27.4.09

Diario de sitio

He tenido que posponer reuniones y hasta un viaje fuera de la ciudad. Parece que estamos a punto de entrar en estado de emergencia.

Recibo llamadas y correos y mensajes preguntando mi estado de salud y las medidas que he de tomar. No había pensado que pudiera ser tan grave. Una Médico llega a la oficina con una mascarilla 3m muy sofisticada. Habla de muertos, enfermos y repite con cuidado las palabras: ‘emergencia’, ‘grave’, ‘peligro’. Muchas veces. Todos nos miramos desconcertados. Hay quien, incluso, comienza a disparar preguntas absurdas; otros tocan su frente. Comienza el desorden.

Regreso a mi oficina mientras otros han decidido irse a casa. Alguien viene y me pregunta si no estoy preocupado. No lo sé, admito.

La familia llama, alarmada, pidiendo que salga de inmediato de la ciudad. Para ello tendría que subir al metro, ir al departamento, regresar en el mismo y tomar un autobús lleno. La ecuación no funciona. El tiempo de exposición sería mayor que simplemente irme a casa y poner el cerrojo. Y el cerrojo no sirve. Y nos sitiamos.

Las salidas del departamento están calculadas: Viernes: cigarros e ingredientes para la cena. Sábado: Súper, mascarillas y medicamentos de previsión. Todos los días: tres salidas a que capicúa orine y cague. Así.

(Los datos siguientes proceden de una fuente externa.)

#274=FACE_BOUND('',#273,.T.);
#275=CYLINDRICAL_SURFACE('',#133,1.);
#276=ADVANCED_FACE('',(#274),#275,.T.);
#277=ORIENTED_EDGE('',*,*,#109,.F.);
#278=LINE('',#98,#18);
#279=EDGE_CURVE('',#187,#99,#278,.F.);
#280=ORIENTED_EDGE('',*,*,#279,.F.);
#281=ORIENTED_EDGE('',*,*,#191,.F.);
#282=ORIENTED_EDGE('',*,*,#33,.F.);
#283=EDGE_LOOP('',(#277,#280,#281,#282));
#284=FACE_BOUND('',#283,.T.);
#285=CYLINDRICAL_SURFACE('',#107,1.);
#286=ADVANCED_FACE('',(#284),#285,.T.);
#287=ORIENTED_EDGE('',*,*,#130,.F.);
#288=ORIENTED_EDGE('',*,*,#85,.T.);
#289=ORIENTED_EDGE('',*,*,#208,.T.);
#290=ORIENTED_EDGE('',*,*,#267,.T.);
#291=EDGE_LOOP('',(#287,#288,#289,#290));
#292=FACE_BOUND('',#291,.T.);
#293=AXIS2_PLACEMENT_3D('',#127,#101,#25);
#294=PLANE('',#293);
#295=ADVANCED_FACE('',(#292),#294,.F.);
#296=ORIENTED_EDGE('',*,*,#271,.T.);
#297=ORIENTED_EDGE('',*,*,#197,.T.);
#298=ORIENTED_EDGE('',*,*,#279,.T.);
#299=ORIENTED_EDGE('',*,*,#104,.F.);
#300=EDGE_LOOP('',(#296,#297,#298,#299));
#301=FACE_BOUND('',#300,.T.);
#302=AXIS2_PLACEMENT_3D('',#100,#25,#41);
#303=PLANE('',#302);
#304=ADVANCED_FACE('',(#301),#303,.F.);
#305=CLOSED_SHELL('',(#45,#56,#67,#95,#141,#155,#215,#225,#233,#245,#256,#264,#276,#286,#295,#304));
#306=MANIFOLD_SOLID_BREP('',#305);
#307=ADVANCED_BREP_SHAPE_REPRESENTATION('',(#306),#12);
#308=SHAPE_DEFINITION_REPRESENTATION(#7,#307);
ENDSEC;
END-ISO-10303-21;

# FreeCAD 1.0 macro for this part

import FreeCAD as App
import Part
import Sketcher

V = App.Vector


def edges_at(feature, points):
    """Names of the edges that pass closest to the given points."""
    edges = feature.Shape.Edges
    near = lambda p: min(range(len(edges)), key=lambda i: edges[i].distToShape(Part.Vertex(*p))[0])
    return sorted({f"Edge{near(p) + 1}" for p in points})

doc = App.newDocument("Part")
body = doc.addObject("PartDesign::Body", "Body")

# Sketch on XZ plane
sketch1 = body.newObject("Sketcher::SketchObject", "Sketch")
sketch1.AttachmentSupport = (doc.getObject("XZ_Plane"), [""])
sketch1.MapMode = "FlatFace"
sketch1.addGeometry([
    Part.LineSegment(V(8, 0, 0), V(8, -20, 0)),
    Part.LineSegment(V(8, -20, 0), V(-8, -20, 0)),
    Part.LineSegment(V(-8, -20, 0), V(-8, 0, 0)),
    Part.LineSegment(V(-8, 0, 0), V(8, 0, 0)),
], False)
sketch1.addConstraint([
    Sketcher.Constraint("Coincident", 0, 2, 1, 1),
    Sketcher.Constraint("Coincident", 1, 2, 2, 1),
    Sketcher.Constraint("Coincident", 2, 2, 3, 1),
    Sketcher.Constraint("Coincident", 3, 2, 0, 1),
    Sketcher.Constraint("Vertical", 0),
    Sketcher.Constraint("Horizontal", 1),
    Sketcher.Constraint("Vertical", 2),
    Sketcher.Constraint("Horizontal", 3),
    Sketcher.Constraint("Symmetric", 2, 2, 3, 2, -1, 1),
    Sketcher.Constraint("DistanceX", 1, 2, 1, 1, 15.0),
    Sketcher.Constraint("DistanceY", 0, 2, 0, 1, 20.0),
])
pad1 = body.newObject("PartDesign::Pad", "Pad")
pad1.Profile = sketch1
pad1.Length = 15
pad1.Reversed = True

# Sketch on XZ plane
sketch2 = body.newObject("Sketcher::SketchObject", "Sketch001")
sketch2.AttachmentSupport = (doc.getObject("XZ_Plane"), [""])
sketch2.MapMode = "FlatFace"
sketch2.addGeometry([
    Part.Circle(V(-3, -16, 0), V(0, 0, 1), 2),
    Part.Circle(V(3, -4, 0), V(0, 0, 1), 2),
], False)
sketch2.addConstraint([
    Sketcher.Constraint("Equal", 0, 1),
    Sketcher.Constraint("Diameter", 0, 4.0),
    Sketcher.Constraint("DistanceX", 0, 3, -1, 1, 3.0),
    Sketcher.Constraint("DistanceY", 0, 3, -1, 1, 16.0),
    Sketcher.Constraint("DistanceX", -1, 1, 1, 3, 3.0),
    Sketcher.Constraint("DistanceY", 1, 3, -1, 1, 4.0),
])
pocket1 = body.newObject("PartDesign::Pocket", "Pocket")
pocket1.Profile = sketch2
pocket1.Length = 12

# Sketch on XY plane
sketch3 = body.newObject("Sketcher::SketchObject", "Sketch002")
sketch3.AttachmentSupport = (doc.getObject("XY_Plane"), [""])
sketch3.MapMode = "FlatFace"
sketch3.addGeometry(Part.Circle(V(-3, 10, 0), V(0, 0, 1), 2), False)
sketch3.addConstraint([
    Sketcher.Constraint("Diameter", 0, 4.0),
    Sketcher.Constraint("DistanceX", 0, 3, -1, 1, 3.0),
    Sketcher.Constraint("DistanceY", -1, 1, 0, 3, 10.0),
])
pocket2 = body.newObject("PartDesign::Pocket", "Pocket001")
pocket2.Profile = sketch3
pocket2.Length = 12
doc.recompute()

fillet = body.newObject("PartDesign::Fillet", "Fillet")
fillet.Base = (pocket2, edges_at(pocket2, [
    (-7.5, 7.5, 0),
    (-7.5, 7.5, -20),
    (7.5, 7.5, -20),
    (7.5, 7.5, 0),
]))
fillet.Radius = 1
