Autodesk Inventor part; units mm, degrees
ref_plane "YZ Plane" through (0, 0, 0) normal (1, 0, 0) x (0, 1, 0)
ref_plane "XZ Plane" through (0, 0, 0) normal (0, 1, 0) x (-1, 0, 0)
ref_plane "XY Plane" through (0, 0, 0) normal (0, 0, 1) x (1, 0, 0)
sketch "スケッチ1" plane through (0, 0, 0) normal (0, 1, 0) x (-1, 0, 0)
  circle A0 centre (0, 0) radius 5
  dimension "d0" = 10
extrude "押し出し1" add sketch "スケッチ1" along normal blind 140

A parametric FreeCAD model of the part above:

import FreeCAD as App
import Part
import Sketcher
from FreeCAD import Vector
Q = App.Units.Quantity

doc = App.newDocument("Part")
body = doc.addObject("PartDesign::Body", "Body")

sketch1 = doc.addObject("Sketcher::SketchObject", "Sketch")
body.addObject(sketch1)
sketch1.AttachmentSupport = (doc.XZ_Plane, [""])
sketch1.MapMode = "FlatFace"
sketch1.addGeometry(Part.Circle(Vector(0, 0, 0), Vector(0, 0, 1), 5), False)
sketch1.addConstraint([
    Sketcher.Constraint("Coincident", 0, 3, -1, 1),
    Sketcher.Constraint("Diameter", 0, Q("10 mm")),
])
pad1 = doc.addObject("PartDesign::Pad", "Pad")
body.addObject(pad1)
pad1.Profile = sketch1
pad1.Length = 140
pad1.Reversed = True

doc.recompute()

Capicúa estornuda desde hace varios días. Dicen que los perros se esconden cuando están enfermos. Ella lleva una semana metiéndose en un rincón del closet.

En la calle hoy poca gente y, más o menos, la mitad lleva puesta todo el tiempo sus mascarillas (azules y blancas). Hay desabasto en las farmacias. Conseguimos algunas en una ferretería. Son blancas, de pintor y de minero, me dice el tipo que atiende el lugar. Compro tres.

EL veterinario piensa que son pólipos o alguna clase de alergia. Le receta antibiótico y antiestamínico. C no termina de aliviar sus dudas.

La mascarilla genera un volumen parecido al del pico de un pájaro de obra teatral. Un filo de aluminio hace presión en mi tabique. La mascarilla, si sigue en mi rostro, terminará por dejarme chato. Mi imagen da risa. Las demás mascarillas en el súper son azules.

El sitio en el departamento está provisto de un eficiente monitoreo de radio, televisión e internet. Twitter ha sido hasta ahora la herramienta más eficiente y rápida. El desconcierto inunda los diarios en todo el mundo. NY, Madrid, Paris. Todos con probables casos de influenza. México anuncia decenas de muertos. Sólo 20 han sido confirmados como influenza porcina.

Lo peor de estar sitiado es el hastío. Es sábado por la noche y comienza a llover. ¿Cuán vacía quedará la ciudad en unos minutos?

Han decretado una especie de Estado de Excepción ¿será para tanto?

Twitter de un periódico: oficiaran misas por radio. Qué estupidez, pienso.

Capicúa arde en fiebre, o al menos eso me parece. C unta alcohol en su barriga. Ha sido una larga noche.

Los domingos suelo levantarme muy tarde pero el desayuno me levanta. Suenan ‘los tres’. De no ser por el estado de sitio, me gustaría que así fueran todos los domingos. Una TV en el edificio transmite algún partido de futbol. El eco del estadio vacio me conforta: odio el futbol.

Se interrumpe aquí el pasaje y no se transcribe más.